Problem to work on →
Below are some records. Reproduce them exactly from their first line through the line with "face CYL(AX(P(6,-6,0),D(0,0,-1),D(0,-1,0)),4) ~[e9", inclusive.

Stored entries
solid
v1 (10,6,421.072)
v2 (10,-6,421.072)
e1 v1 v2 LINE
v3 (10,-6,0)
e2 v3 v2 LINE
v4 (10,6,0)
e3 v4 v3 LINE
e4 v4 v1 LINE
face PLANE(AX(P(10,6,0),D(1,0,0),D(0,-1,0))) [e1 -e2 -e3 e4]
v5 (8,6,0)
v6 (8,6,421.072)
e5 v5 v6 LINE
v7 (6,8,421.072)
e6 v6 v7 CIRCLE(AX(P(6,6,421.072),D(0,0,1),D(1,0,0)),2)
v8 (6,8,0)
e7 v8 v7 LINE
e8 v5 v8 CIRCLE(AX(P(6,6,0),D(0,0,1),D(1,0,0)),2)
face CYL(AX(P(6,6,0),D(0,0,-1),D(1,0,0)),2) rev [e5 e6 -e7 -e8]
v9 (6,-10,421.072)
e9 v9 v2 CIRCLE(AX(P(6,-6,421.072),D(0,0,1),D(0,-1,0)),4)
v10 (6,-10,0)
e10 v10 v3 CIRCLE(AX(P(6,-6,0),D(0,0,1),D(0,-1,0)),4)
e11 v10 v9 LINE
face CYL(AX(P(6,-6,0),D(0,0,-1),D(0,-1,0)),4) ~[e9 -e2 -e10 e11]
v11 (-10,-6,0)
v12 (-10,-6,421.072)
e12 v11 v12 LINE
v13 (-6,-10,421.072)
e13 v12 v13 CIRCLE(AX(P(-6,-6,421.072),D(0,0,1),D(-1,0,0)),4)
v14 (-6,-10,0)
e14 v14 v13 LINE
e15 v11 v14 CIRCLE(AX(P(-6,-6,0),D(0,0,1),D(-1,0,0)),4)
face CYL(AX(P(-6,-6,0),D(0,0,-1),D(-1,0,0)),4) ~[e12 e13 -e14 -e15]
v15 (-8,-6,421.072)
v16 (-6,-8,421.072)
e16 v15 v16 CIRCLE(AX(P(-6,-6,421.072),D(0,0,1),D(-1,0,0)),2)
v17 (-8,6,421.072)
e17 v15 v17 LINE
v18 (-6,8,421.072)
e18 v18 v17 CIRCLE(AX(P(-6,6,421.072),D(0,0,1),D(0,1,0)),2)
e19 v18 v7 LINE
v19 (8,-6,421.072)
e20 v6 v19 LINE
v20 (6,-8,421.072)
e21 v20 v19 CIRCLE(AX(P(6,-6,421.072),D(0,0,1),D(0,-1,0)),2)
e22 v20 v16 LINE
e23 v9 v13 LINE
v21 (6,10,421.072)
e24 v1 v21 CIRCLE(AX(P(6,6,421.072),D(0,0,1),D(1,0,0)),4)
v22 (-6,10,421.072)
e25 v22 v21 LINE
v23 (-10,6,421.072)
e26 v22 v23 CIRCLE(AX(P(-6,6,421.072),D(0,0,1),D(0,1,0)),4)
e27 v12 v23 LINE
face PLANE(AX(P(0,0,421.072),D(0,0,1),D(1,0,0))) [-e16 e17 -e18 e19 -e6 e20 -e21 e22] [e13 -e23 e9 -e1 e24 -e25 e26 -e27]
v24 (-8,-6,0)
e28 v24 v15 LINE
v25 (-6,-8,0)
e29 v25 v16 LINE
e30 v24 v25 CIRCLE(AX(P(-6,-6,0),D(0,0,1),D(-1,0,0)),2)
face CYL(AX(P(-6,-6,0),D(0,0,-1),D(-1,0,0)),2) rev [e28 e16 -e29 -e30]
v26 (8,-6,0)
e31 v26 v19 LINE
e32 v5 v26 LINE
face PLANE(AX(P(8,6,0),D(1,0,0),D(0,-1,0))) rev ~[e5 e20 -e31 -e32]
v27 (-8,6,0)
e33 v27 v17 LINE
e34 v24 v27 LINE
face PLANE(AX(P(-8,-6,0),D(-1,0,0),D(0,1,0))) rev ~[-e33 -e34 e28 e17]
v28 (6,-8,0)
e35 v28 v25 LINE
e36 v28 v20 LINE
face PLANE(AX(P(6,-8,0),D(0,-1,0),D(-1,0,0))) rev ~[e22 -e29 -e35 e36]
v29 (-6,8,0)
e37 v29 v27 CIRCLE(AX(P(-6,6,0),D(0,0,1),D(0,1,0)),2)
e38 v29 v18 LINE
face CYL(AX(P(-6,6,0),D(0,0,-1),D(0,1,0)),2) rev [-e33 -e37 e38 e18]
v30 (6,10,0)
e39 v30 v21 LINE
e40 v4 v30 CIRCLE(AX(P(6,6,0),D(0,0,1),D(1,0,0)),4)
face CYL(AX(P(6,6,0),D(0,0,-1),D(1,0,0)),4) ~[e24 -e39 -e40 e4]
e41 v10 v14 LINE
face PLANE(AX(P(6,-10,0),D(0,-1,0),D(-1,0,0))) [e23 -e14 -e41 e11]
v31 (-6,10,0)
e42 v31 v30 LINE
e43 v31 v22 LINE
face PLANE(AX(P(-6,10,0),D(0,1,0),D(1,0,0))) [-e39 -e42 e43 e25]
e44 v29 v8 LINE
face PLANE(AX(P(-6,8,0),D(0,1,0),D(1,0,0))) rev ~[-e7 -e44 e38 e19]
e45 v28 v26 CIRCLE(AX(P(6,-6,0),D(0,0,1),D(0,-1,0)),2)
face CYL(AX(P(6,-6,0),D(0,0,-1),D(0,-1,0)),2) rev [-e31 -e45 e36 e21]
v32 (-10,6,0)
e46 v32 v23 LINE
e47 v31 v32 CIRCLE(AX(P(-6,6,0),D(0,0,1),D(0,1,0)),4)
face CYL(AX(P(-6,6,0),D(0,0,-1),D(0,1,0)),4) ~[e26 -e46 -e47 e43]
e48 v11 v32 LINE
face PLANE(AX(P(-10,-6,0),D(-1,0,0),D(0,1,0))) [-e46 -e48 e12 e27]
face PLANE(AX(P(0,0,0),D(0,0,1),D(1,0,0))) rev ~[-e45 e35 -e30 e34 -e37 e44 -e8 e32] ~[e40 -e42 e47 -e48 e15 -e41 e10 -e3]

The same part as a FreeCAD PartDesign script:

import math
import FreeCAD as App
import Part
import Sketcher
from FreeCAD import Vector
Q = App.Units.Quantity

doc = App.newDocument("Part")
body = doc.addObject("PartDesign::Body", "Body")

sketch1 = doc.addObject("Sketcher::SketchObject", "Sketch")
body.addObject(sketch1)
sketch1.AttachmentSupport = (doc.XY_Plane, [""])
sketch1.MapMode = "FlatFace"
sketch1.addGeometry(Part.LineSegment(Vector(-10, 6, 0), Vector(-10, -6, 0)), False)
sketch1.addGeometry(Part.ArcOfCircle(Part.Circle(Vector(-6, -6, 0), Vector(0, 0, 1), 4), math.radians(180), math.radians(270)), False)
sketch1.addGeometry(Part.LineSegment(Vector(-6, -10, 0), Vector(6, -10, 0)), False)
sketch1.addGeometry(Part.ArcOfCircle(Part.Circle(Vector(6, -6, 0), Vector(0, 0, 1), 4), math.radians(-90), math.radians(0)), False)
sketch1.addGeometry(Part.LineSegment(Vector(10, -6, 0), Vector(10, 6, 0)), False)
sketch1.addGeometry(Part.ArcOfCircle(Part.Circle(Vector(6, 6, 0), Vector(0, 0, 1), 4), math.radians(0), math.radians(90)), False)
sketch1.addGeometry(Part.LineSegment(Vector(6, 10, 0), Vector(-6, 10, 0)), False)
sketch1.addGeometry(Part.ArcOfCircle(Part.Circle(Vector(-6, 6, 0), Vector(0, 0, 1), 4), math.radians(90), math.radians(180)), False)
sketch1.addGeometry(Part.ArcOfCircle(Part.Circle(Vector(-6, 6, 0), Vector(0, 0, 1), 2), math.radians(90), math.radians(180)), False)
sketch1.addGeometry(Part.LineSegment(Vector(-6, 8, 0), Vector(6, 8, 0)), False)
sketch1.addGeometry(Part.ArcOfCircle(Part.Circle(Vector(6, 6, 0), Vector(0, 0, 1), 2), math.radians(0), math.radians(90)), False)
sketch1.addGeometry(Part.LineSegment(Vector(8, 6, 0), Vector(8, -6, 0)), False)
sketch1.addGeometry(Part.ArcOfCircle(Part.Circle(Vector(6, -6, 0), Vector(0, 0, 1), 2), math.radians(-90), math.radians(0)), False)
sketch1.addGeometry(Part.LineSegment(Vector(6, -8, 0), Vector(-6, -8, 0)), False)
sketch1.addGeometry(Part.ArcOfCircle(Part.Circle(Vector(-6, -6, 0), Vector(0, 0, 1), 2), math.radians(180), math.radians(270)), False)
sketch1.addGeometry(Part.LineSegment(Vector(-8, -6, 0), Vector(-8, 6, 0)), False)
sketch1.addConstraint(Sketcher.Constraint("Tangent", 0, 2, 1, 1))
sketch1.addConstraint(Sketcher.Constraint("Tangent", 1, 2, 2, 1))
sketch1.addConstraint(Sketcher.Constraint("Tangent", 2, 2, 3, 1))
sketch1.addConstraint(Sketcher.Constraint("Tangent", 3, 2, 4, 1))
sketch1.addConstraint(Sketcher.Constraint("Tangent", 4, 2, 5, 1))
sketch1.addConstraint(Sketcher.Constraint("Tangent", 5, 2, 6, 1))
sketch1.addConstraint(Sketcher.Constraint("Tangent", 6, 2, 7, 1))
sketch1.addConstraint(Sketcher.Constraint("Tangent", 7, 2, 0, 1))
sketch1.addConstraint(Sketcher.Constraint("Tangent", 8, 1, 9, 1))
sketch1.addConstraint(Sketcher.Constraint("Tangent", 9, 2, 10, 2))
sketch1.addConstraint(Sketcher.Constraint("Tangent", 10, 1, 11, 1))
sketch1.addConstraint(Sketcher.Constraint("Tangent", 11, 2, 12, 2))
sketch1.addConstraint(Sketcher.Constraint("Tangent", 12, 1, 13, 1))
sketch1.addConstraint(Sketcher.Constraint("Tangent", 13, 2, 14, 2))
sketch1.addConstraint(Sketcher.Constraint("Tangent", 14, 1, 15, 1))
sketch1.addConstraint(Sketcher.Constraint("Tangent", 15, 2, 8, 2))
sketch1.addConstraint(Sketcher.Constraint("Vertical", 0))
sketch1.addConstraint(Sketcher.Constraint("Horizontal", 2))
sketch1.addConstraint(Sketcher.Constraint("Vertical", 4))
sketch1.addConstraint(Sketcher.Constraint("Horizontal", 6))
sketch1.addConstraint(Sketcher.Constraint("Horizontal", 9))
sketch1.addConstraint(Sketcher.Constraint("Vertical", 11))
sketch1.addConstraint(Sketcher.Constraint("Horizontal", 13))
sketch1.addConstraint(Sketcher.Constraint("Vertical", 15))
sketch1.addConstraint(Sketcher.Constraint("Coincident", 8, 3, 7, 3))
sketch1.addConstraint(Sketcher.Constraint("Coincident", 10, 3, 5, 3))
sketch1.addConstraint(Sketcher.Constraint("Coincident", 12, 3, 3, 3))
sketch1.addConstraint(Sketcher.Constraint("Equal", 1, 3))
sketch1.addConstraint(Sketcher.Constraint("Equal", 3, 5))
sketch1.addConstraint(Sketcher.Constraint("Equal", 5, 7))
sketch1.addConstraint(Sketcher.Constraint("Equal", 12, 14))
sketch1.addConstraint(Sketcher.Constraint("Symmetric", 1, 3, 5, 3, -1, 1))
sketch1.addConstraint(Sketcher.Constraint("Equal", 13, 0))
sketch1.addConstraint(Sketcher.Constraint("Radius", 1, Q("4 mm")))
sketch1.addConstraint(Sketcher.Constraint("Radius", 8, Q("2 mm")))
sketch1.addConstraint(Sketcher.Constraint("DistanceX", 0, 2, -1, 1, Q("10 mm")))
pad1 = doc.addObject("PartDesign::Pad", "Pad")
body.addObject(pad1)
pad1.Profile = sketch1
pad1.Length = 421.072

doc.recompute()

Written solution →
solid
v1 (10,6,421.072)
v2 (10,-6,421.072)
e1 v1 v2 LINE
v3 (10,-6,0)
e2 v3 v2 LINE
v4 (10,6,0)
e3 v4 v3 LINE
e4 v4 v1 LINE
face PLANE(AX(P(10,6,0),D(1,0,0),D(0,-1,0))) [e1 -e2 -e3 e4]
v5 (8,6,0)
v6 (8,6,421.072)
e5 v5 v6 LINE
v7 (6,8,421.072)
e6 v6 v7 CIRCLE(AX(P(6,6,421.072),D(0,0,1),D(1,0,0)),2)
v8 (6,8,0)
e7 v8 v7 LINE
e8 v5 v8 CIRCLE(AX(P(6,6,0),D(0,0,1),D(1,0,0)),2)
face CYL(AX(P(6,6,0),D(0,0,-1),D(1,0,0)),2) rev [e5 e6 -e7 -e8]
v9 (6,-10,421.072)
e9 v9 v2 CIRCLE(AX(P(6,-6,421.072),D(0,0,1),D(0,-1,0)),4)
v10 (6,-10,0)
e10 v10 v3 CIRCLE(AX(P(6,-6,0),D(0,0,1),D(0,-1,0)),4)
e11 v10 v9 LINE
face CYL(AX(P(6,-6,0),D(0,0,-1),D(0,-1,0)),4) ~[e9 -e2 -e10 e11]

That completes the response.